Along with Mexico in the Presidency, the Presiding Officers of the Regional Conference is comprised of Argentina, Brazil, Colombia, Costa Rica, Cuba, the Dominican Republic, Ecuador, El Salvador, Guyana, Honduras, Jamaica, Paraguay, Puerto Rico, Uruguay and Venezuela.

The meeting, which will be held through Thursday, November 9 at the headquarters of the Economic Commission for Latin America and the Caribbean (ECLAC), was inaugurated by Raúl García-Buchaca, ECLAC’s Deputy Executive Secretary for Management and Program Analysis; Patricia Chemor, Secretary General of Mexico’s National Population Council (CONAPO), in her role as President of the Presiding Officers of the Regional Conference; and Esteban Caballero, Director of the United Nations Population Fund (UNFPA) Regional Office.

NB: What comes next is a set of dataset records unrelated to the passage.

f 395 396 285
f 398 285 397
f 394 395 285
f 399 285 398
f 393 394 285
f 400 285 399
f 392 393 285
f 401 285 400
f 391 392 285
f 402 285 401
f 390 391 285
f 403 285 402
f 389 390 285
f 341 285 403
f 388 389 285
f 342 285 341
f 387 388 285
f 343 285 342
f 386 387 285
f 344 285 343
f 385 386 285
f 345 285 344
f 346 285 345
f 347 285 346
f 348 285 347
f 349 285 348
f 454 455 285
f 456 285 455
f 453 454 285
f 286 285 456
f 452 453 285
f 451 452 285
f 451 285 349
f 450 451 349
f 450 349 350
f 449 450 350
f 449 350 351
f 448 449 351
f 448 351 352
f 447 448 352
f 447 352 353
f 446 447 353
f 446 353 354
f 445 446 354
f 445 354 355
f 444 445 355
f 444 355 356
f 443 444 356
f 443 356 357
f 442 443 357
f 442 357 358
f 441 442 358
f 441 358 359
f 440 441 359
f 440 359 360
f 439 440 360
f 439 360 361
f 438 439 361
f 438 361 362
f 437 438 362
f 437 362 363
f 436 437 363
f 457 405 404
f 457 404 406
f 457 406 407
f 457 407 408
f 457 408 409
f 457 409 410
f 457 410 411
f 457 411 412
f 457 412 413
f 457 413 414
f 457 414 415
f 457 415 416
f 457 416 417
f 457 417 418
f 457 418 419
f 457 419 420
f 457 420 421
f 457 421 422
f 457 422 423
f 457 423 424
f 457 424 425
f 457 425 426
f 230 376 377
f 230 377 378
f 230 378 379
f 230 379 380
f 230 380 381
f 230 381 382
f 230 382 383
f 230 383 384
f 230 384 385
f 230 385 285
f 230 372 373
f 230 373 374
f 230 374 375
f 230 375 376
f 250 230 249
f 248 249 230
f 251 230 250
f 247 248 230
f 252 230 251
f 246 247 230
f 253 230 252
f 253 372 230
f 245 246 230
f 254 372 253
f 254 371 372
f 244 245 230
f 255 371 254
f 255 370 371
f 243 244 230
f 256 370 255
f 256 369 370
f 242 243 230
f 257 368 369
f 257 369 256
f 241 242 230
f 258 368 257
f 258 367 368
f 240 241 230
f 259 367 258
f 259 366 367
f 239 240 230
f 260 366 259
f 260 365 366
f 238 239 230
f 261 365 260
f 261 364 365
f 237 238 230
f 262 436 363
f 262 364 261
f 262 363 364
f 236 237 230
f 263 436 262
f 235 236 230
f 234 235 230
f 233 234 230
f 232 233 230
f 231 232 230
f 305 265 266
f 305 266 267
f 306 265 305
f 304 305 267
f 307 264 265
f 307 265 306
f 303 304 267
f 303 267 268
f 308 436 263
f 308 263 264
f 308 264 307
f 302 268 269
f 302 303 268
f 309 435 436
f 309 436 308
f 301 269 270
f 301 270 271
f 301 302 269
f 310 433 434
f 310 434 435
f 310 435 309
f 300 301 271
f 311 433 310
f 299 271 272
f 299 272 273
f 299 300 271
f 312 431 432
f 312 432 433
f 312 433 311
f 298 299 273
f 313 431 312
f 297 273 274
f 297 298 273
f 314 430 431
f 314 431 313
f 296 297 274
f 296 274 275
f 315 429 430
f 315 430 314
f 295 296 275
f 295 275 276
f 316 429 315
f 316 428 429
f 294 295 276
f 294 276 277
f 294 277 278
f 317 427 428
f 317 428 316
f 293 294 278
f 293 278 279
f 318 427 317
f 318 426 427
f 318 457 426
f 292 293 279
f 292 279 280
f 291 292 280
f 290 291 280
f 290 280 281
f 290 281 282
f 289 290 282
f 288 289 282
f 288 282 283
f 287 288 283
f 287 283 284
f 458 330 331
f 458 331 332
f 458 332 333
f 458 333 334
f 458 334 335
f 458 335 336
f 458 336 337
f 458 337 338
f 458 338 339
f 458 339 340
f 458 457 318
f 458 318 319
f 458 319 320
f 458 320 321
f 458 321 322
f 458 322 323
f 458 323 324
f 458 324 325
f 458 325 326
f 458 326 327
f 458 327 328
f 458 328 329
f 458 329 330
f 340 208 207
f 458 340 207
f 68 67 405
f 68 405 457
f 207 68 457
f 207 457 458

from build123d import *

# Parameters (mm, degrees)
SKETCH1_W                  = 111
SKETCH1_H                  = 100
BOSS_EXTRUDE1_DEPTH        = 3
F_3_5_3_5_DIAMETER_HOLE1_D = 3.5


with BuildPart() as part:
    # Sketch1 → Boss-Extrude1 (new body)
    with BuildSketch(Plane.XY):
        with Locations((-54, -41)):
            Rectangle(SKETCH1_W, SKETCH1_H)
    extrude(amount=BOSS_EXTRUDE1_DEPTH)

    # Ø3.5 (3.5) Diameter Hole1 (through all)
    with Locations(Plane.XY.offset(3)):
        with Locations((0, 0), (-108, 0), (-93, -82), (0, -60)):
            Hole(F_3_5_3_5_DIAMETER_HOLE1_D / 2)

In his opening remarks, Raúl García-Buchaca affirmed that a preliminary overview of the four years of implementation of the Montevideo Consensus on Population and Development indicates that Latin America and the Caribbean has made progress on comprehending and acting upon some issues, such as the institutional framework for population matters, civil society participation, sexual and reproductive rights, and the need for indicators and statistical data to examine the gains made.

However, he said that in 2015, a little over one-third of the regional population – or 145.6 million people forming part of 39.2 million households – experienced social exclusion.

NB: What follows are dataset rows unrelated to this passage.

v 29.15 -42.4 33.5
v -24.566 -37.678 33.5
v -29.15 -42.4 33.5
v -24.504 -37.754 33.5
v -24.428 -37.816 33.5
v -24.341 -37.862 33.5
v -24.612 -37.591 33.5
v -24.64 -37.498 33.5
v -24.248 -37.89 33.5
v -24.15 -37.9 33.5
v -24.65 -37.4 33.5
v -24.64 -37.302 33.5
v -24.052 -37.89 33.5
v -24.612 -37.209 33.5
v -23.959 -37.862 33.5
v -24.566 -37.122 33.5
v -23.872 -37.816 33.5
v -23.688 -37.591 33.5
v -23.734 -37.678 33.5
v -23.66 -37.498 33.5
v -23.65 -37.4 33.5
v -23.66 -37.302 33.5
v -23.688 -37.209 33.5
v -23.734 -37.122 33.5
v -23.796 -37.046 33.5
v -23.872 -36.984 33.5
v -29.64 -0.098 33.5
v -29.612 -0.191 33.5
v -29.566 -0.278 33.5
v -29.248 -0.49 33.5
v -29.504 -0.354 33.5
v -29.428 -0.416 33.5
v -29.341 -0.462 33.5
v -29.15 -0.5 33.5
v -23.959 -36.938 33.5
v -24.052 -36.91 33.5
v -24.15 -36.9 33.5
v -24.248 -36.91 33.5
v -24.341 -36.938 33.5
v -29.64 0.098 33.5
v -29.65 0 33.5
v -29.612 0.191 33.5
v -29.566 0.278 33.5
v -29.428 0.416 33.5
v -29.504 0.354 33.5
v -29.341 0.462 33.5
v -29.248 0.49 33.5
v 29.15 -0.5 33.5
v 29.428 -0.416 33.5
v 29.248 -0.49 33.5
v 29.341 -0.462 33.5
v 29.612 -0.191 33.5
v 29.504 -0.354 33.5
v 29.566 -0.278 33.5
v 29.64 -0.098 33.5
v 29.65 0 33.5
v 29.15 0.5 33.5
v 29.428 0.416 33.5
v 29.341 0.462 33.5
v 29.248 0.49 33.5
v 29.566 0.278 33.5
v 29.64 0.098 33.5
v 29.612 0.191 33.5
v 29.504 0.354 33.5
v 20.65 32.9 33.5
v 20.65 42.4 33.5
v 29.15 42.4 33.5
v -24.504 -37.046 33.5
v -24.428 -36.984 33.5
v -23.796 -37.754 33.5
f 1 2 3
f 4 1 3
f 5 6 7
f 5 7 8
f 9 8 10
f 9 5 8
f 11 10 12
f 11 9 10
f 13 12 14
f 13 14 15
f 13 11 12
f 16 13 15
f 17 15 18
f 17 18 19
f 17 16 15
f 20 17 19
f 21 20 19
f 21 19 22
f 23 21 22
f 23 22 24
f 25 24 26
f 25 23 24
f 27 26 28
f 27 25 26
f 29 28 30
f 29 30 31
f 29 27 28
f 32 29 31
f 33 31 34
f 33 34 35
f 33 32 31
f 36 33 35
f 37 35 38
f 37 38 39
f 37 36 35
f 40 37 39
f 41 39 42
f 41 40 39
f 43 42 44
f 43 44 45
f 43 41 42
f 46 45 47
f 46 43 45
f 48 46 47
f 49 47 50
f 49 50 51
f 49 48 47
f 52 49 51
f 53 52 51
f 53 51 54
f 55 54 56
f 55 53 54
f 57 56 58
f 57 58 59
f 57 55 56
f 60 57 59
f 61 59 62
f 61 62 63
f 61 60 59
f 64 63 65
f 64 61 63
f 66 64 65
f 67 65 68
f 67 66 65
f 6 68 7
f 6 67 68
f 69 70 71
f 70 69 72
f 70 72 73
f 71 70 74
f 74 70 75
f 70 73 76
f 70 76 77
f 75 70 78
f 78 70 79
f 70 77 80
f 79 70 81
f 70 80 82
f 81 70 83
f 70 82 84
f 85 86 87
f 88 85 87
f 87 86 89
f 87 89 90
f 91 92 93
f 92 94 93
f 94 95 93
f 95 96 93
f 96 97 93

“The likely weakening of social protection systems due to the reduction in public budgets earmarked for social development that some countries in the region are experiencing would only serve to deepen these disadvantages,” the senior ECLAC official warned.

In the same vein, Patricia Chemor called on the region to maintain its global leadership on matters of population and development and said that, given the complexity of national challenges, joint and coordinated work is the only viable way to continue forging ahead on implementation of the Montevideo Consensus.

This document – adopted at the first meeting of the Conference, held in 2013 in Uruguay – is the region’s most important intergovernmental agreement on population and development.

Esteban Caballero, meanwhile, underscored that the 2030 Agenda and the Montevideo Consensus call for duly integrating the economic, social and environmental spheres.

“For such a mission, the important thing is to address the issue from a population perspective, asking the question: Who is being left behind in development processes?” he sustained.

During the opening session, officials presented the Final Report of the Ad Hoc Working Group charged with preparing a proposal on the indicators for regional follow-up of the Montevideo Consensus.

The proposal by the ad hoc group, made up of experts from 17 countries in the region, is aimed at providing an indicator framework for drafting the regional report for follow-up of the Montevideo Consensus, supporting countries in the preparation of their national reports, and facilitating and promoting synergies and complementarity with other agendas, in particular with the 2030 Agenda for Sustainable Development.

The proposal includes a total of 140 indicators, 44 of them new, which address issues such as the population’s integration in sustainable development and the areas of childhood, adolescence and youth, aging, sexual and reproductive health, gender equality, internal and international migration, territorial inequality, and indigenous and Afro-descendant peoples.